# Heater in sump



## dcskmy (Mar 8, 2013)

Quick question: how to determine the proper heater to use in a sump? Let's say DT 50 gal, sump 15 gal. Should I be using a heater rated for 50 or 15 or 65?


----------



## Crayon (Apr 13, 2014)

You will get some heat production from your pumps and your lights. However you will also have to consider what happens on really cold days and how warm or cold your space is.. Heaters are rated to do a certain amount of temperature rise in the number of gallons listed, which is normally based on ambient room temperature to 78 ish degrees so if the room is colder, you may require more heater capacity to get the temperature to where you want to keep it.
Use a heater rated for the overall water volume of the entire system. However this is where you will get differing opinions.
I prefer redundancies in my heaters and don't rely on just 1, in case it fails.
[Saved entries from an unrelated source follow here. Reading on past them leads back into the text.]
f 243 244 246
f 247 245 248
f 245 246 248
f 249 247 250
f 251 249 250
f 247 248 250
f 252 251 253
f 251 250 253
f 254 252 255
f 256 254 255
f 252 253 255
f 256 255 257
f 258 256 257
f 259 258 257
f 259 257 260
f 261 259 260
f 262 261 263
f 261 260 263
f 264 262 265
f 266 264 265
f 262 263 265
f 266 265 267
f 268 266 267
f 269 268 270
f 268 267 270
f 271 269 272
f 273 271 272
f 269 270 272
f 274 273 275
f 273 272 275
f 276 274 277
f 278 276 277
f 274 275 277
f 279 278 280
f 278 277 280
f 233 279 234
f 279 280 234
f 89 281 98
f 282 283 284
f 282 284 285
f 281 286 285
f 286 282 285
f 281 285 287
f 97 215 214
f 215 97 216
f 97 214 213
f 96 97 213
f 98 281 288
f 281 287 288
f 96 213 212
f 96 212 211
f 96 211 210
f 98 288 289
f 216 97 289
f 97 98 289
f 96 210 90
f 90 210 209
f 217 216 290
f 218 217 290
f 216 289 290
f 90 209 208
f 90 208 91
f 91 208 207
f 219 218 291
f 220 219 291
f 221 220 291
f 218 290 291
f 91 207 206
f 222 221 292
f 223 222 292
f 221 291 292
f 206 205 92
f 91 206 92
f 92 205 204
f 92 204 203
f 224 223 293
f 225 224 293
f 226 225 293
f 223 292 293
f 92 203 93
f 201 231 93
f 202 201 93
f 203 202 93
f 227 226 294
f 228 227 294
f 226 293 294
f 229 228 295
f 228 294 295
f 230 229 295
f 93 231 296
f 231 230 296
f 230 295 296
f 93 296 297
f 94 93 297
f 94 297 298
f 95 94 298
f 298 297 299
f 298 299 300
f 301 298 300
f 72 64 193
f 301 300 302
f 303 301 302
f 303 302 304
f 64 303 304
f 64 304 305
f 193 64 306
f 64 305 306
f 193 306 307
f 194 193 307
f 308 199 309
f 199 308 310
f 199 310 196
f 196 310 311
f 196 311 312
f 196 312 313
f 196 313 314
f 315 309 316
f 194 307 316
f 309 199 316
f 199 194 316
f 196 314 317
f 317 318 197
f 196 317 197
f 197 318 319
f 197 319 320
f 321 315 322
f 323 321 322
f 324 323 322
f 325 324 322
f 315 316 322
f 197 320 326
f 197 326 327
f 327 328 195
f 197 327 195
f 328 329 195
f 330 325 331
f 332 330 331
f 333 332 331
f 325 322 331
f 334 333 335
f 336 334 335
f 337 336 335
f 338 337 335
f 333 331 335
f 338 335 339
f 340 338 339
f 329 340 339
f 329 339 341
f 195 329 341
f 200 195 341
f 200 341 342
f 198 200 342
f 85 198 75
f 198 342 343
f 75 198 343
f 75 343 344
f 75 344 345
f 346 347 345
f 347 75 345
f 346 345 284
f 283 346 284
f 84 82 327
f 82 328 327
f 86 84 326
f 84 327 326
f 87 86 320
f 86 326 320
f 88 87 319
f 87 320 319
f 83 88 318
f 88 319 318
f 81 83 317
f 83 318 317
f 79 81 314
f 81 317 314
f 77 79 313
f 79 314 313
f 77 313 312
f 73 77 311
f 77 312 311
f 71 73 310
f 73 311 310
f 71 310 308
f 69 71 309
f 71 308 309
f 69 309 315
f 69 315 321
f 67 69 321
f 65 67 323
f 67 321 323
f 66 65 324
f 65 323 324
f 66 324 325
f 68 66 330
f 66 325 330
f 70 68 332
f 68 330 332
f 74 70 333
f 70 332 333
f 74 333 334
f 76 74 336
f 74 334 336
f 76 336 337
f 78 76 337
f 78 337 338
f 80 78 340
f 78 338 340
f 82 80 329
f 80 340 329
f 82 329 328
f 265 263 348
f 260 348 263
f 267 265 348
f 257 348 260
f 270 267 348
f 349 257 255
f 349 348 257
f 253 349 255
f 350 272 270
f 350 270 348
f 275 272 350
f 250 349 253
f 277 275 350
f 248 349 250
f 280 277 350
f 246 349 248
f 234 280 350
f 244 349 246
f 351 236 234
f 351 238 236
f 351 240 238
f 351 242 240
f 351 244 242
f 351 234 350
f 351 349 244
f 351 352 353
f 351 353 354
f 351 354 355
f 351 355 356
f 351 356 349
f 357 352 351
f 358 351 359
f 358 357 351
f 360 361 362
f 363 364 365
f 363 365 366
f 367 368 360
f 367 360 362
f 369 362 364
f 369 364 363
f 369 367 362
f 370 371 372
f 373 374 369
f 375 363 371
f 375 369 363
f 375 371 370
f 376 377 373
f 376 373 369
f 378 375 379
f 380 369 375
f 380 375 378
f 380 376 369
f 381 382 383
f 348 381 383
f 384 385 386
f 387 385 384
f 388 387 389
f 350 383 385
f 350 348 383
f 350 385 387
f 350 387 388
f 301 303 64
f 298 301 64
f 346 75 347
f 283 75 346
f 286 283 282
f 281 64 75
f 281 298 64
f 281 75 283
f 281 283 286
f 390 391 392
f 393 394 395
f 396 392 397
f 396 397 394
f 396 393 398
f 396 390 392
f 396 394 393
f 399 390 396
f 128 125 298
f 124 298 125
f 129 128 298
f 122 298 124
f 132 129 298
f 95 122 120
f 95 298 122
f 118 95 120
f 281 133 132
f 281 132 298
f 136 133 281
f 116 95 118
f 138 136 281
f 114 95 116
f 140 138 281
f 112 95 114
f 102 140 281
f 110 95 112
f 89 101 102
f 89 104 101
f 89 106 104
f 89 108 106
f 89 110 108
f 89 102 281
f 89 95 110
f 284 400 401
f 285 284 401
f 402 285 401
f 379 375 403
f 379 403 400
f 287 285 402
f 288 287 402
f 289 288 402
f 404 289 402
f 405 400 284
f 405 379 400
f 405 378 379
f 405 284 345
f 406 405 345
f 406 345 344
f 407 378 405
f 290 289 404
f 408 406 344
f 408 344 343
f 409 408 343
I also had a situation happen where I bought I large kickass heater, and it kept short cycling but overheating the tank. You want the temperature to remain constant, not go up and down, as the heater turns off and on.
Don't use a heater rated for 15 gallons, it won't do the job. The difference between 50 and 65 gallons isn't a lot, but I expect the heater you're looking at is either a 150 or a 200 watt heater, correct?
Consider the other factors noted and make a decision. You will probably be ok with either.


----------